# Which Pobeda To Sacrafice ?



## martinzx (Aug 29, 2010)

*Which Pobeda to sacrifice ?*​
White faced?872.73%Red faced?327.27%


----------



## martinzx (Aug 29, 2010)

I have two old Pobeda's with the same caliber, both are none runners, I can make one working watch out of the two, for a bit of fun, which should I sacrifice?









Red faced or white faced/?

cheers Martin :thumbsup:


----------



## packrat (Dec 15, 2010)

martinzx said:


> Red faced or white faced/?


Difficult choice there, but I would keep the red (by a whisker).


----------



## taffyman (Apr 26, 2011)

to be honest i would go for the white one(just to make your choice easy lol) they are both nice


----------



## Kutusov (Apr 19, 2010)

Yeap, difficult choice... I like the case on the white one better (more unusual) but the dial is a bit... how shall I put it gently... fugly? 

I vote on the red/brown one...


----------



## bsa (Dec 23, 2010)

The white one should get the chop.


----------



## packrat (Dec 15, 2010)

packrat said:


> martinzx said:
> 
> 
> > Red faced or white faced/?
> ...


Actually, definitely fix the red one and then sell it to me!!
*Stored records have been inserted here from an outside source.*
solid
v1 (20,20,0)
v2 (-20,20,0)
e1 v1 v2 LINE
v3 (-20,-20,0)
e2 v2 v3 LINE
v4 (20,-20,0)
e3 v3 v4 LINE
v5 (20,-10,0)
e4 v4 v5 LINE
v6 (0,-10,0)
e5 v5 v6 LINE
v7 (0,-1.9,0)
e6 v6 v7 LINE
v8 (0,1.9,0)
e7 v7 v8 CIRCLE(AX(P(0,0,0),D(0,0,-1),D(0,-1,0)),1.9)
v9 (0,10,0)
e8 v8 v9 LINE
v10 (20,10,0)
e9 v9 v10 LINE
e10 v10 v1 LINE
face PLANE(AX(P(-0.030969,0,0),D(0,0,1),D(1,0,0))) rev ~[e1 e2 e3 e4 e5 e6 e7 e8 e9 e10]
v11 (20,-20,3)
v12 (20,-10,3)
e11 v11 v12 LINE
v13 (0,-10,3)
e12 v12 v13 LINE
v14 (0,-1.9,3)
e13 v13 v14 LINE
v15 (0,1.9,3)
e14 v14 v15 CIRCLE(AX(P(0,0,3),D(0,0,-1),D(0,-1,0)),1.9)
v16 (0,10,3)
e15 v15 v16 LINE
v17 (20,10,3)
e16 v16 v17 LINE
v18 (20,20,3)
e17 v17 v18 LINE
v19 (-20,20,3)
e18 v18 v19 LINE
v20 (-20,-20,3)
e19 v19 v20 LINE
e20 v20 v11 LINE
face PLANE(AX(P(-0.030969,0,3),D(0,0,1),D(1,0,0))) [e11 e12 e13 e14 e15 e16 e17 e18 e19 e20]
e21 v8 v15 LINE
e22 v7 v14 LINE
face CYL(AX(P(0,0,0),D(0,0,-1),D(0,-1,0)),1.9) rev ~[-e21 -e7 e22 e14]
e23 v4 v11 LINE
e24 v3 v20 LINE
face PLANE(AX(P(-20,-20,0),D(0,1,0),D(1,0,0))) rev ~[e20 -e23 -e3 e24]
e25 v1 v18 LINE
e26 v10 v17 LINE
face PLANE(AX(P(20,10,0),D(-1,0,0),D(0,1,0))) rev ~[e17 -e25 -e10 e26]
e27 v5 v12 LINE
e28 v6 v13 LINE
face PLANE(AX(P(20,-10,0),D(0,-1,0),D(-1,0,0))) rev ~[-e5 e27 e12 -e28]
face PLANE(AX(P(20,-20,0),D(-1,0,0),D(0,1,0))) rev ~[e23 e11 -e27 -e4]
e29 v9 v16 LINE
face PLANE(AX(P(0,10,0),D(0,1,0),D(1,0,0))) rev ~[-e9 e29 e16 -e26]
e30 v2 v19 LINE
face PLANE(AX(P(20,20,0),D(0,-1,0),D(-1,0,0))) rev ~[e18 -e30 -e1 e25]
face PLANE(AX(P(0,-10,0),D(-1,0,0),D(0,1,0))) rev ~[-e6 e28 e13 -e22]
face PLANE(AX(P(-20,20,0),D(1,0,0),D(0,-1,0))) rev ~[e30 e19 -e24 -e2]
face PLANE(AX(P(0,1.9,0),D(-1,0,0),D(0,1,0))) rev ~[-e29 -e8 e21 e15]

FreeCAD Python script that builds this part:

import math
import FreeCAD as App
import Part
import Sketcher
from FreeCAD import Vector

doc = App.newDocument("Part")
body = doc.addObject("PartDesign::Body", "Body")

# Sketch on XY plane
sketch1 = body.newObject("Sketcher::SketchObject", "Sketch")
sketch1.AttachmentSupport = (doc.getObject("XY_Plane"), [""])
sketch1.MapMode = "FlatFace"
sketch1.addGeometry(Part.LineSegment(Vector(20, 20, 0), Vector(-20, 20, 0)), False)
sketch1.addGeometry(Part.LineSegment(Vector(-20, 20, 0), Vector(-20, -20, 0)), False)
sketch1.addGeometry(Part.LineSegment(Vector(-20, -20, 0), Vector(20, -20, 0)), False)
sketch1.addGeometry(Part.LineSegment(Vector(20, -20, 0), Vector(20, -10, 0)), False)
sketch1.addGeometry(Part.LineSegment(Vector(20, -10, 0), Vector(0, -10, 0)), False)
sketch1.addGeometry(Part.LineSegment(Vector(0, -10, 0), Vector(0, -1.9, 0)), False)
sketch1.addGeometry(Part.ArcOfCircle(Part.Circle(Vector(0, 0, 0), Vector(0, 0, 1), 1.9), math.radians(90), math.radians(270)), False)
sketch1.addGeometry(Part.LineSegment(Vector(0, 1.9, 0), Vector(0, 10, 0)), False)
sketch1.addGeometry(Part.LineSegment(Vector(0, 10, 0), Vector(20, 10, 0)), False)
sketch1.addGeometry(Part.LineSegment(Vector(20, 10, 0), Vector(20, 20, 0)), False)
sketch1.addConstraint(Sketcher.Constraint("Coincident", 0, 2, 1, 1))
sketch1.addConstraint(Sketcher.Constraint("Coincident", 1, 2, 2, 1))
sketch1.addConstraint(Sketcher.Constraint("Coincident", 2, 2, 3, 1))
sketch1.addConstraint(Sketcher.Constraint("Coincident", 3, 2, 4, 1))
sketch1.addConstraint(Sketcher.Constraint("Coincident", 4, 2, 5, 1))
sketch1.addConstraint(Sketcher.Constraint("Coincident", 5, 2, 6, 2))
sketch1.addConstraint(Sketcher.Constraint("Coincident", 6, 1, 7, 1))
sketch1.addConstraint(Sketcher.Constraint("Coincident", 7, 2, 8, 1))
sketch1.addConstraint(Sketcher.Constraint("Coincident", 8, 2, 9, 1))
sketch1.addConstraint(Sketcher.Constraint("Coincident", 9, 2, 0, 1))
sketch1.addConstraint(Sketcher.Constraint("Horizontal", 0))
sketch1.addConstraint(Sketcher.Constraint("Vertical", 1))
sketch1.addConstraint(Sketcher.Constraint("Horizontal", 2))
sketch1.addConstraint(Sketcher.Constraint("Vertical", 3))
sketch1.addConstraint(Sketcher.Constraint("Horizontal", 4))
sketch1.addConstraint(Sketcher.Constraint("Vertical", 5))
sketch1.addConstraint(Sketcher.Constraint("Vertical", 7))
sketch1.addConstraint(Sketcher.Constraint("Horizontal", 8))
sketch1.addConstraint(Sketcher.Constraint("Vertical", 9))
sketch1.addConstraint(Sketcher.Constraint("Coincident", 6, 3, -1, 1))
sketch1.addConstraint(Sketcher.Constraint("Symmetric", 0, 2, 2, 2, -1, 1))
sketch1.addConstraint(Sketcher.Constraint("Symmetric", 4, 2, 7, 2, -1, 1))
sketch1.addConstraint(Sketcher.Constraint("PointOnObject", 4, 2, -2))
sketch1.addConstraint(Sketcher.Constraint("Vertical", 3, 2, 8, 2))
sketch1.addConstraint(Sketcher.Constraint("Equal", 2, 1))
sketch1.addConstraint(Sketcher.Constraint("Radius", 6, 1.9))
sketch1.addConstraint(Sketcher.Constraint("DistanceX", 0, 2, 0, 1, 40.0))
sketch1.addConstraint(Sketcher.Constraint("DistanceY", 3, 1, 3, 2, 10.0))
pad1 = body.newObject("PartDesign::Pad", "Pad")
pad1.Profile = sketch1
pad1.Length = 3

doc.recompute()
Then you can look for another donor and fix the white one to keep


----------



## Mutley (Apr 17, 2007)

Show no mercy


----------



## martinzx (Aug 29, 2010)

Mutley said:


> Show no mercy


lol I was going to put that as a vote, but did not want a landslide............







...............lol


----------



## Foxdog (Apr 13, 2011)

Keep the red, I think the white face is a bit odd.


----------



## Guest (Sep 3, 2011)

You have to keep the red. Pity one has to go though, is there no other way?


----------



## gaz64 (May 5, 2009)

keep the red


----------



## martinzx (Aug 29, 2010)

Ok USSR watch lovers, the forum has spoken









the Red one will live another day & the white one is the donor

off to the watchie tomorrow

please check in for updates.................... TBC

Cheers martin :hi:

TYPO


----------



## mel (Dec 6, 2006)

Martin! No, no a thousand times no!

Buy a third one as donor and get the two going. :yes: The White and the red are both keepers! - you won't find other ones easily!

:tease:

The Sequined Avenger


----------



## martinzx (Aug 29, 2010)

I took the Pobeda's to the watchie today

for operations :death: keep checking in for updates TBC









Cheers Martin


----------



## martinzx (Aug 29, 2010)

I collected the red watch today

It had a jewel reseated, a mini service, stem swapped & a new crystal, I am very pleased with the result










But don't worry Mel even though the white one was the donor, I am actively seeking a donor to restore that also 

Cheers Martin


----------



## martinzx (Aug 29, 2010)

mel said:


> Martin! No, no a thousand times no!
> 
> Buy a third one as donor and get the two going. :yes: The White and the red are both keepers! - you won't find other ones easily!
> 
> ...


Ok Mel

I found this old Pobeda I forgot I had & used it for a donor on the white one, as it was a basket case 










Here is the white dialed one all working, just need to source a bracelet now


----------



## dtc2 (Mar 7, 2010)

martinzx said:


> I collected the red watch today
> 
> It had a jewel reseated, a mini service, stem swapped & a new crystal, I am very pleased with the result
> 
> ...


that is a vast improvement compared to how it looked in the first picture however time hasn't been kind to those designs


----------



## mel (Dec 6, 2006)

"SMASHIN'" Come on "Whitey"









OK, not to everyone's taste, but unusual and deserves preservation on that ground alone! :yes:

Me. I love it, and the dial is a cracker!










One of my dance websites! Enjoy!


----------



## martinzx (Aug 29, 2010)

dtc2 said:


> martinzx said:
> 
> 
> > I collected the red watch today
> ...


What you saying ? .......................its very retro........lol







:thumbsup:



mel said:


> "SMASHIN'" Come on "Whitey"
> 
> 
> 
> ...


Cheers Mel, it lives another day! :thumbsup:


----------



## LeeKaye (Jun 3, 2011)

I think you made the right choice. Both look so 80s (to my eyes) but the red looks like a modern take on the 80s, if that makes any sense at all.


----------



## mitadoc (Sep 25, 2010)

martinzx said:


> I collected the red watch today
> 
> It had a jewel reseated, a mini service, stem swapped & a new crystal, I am very pleased with the result
> 
> ...


Very classy,buddy!Great timepiece!


----------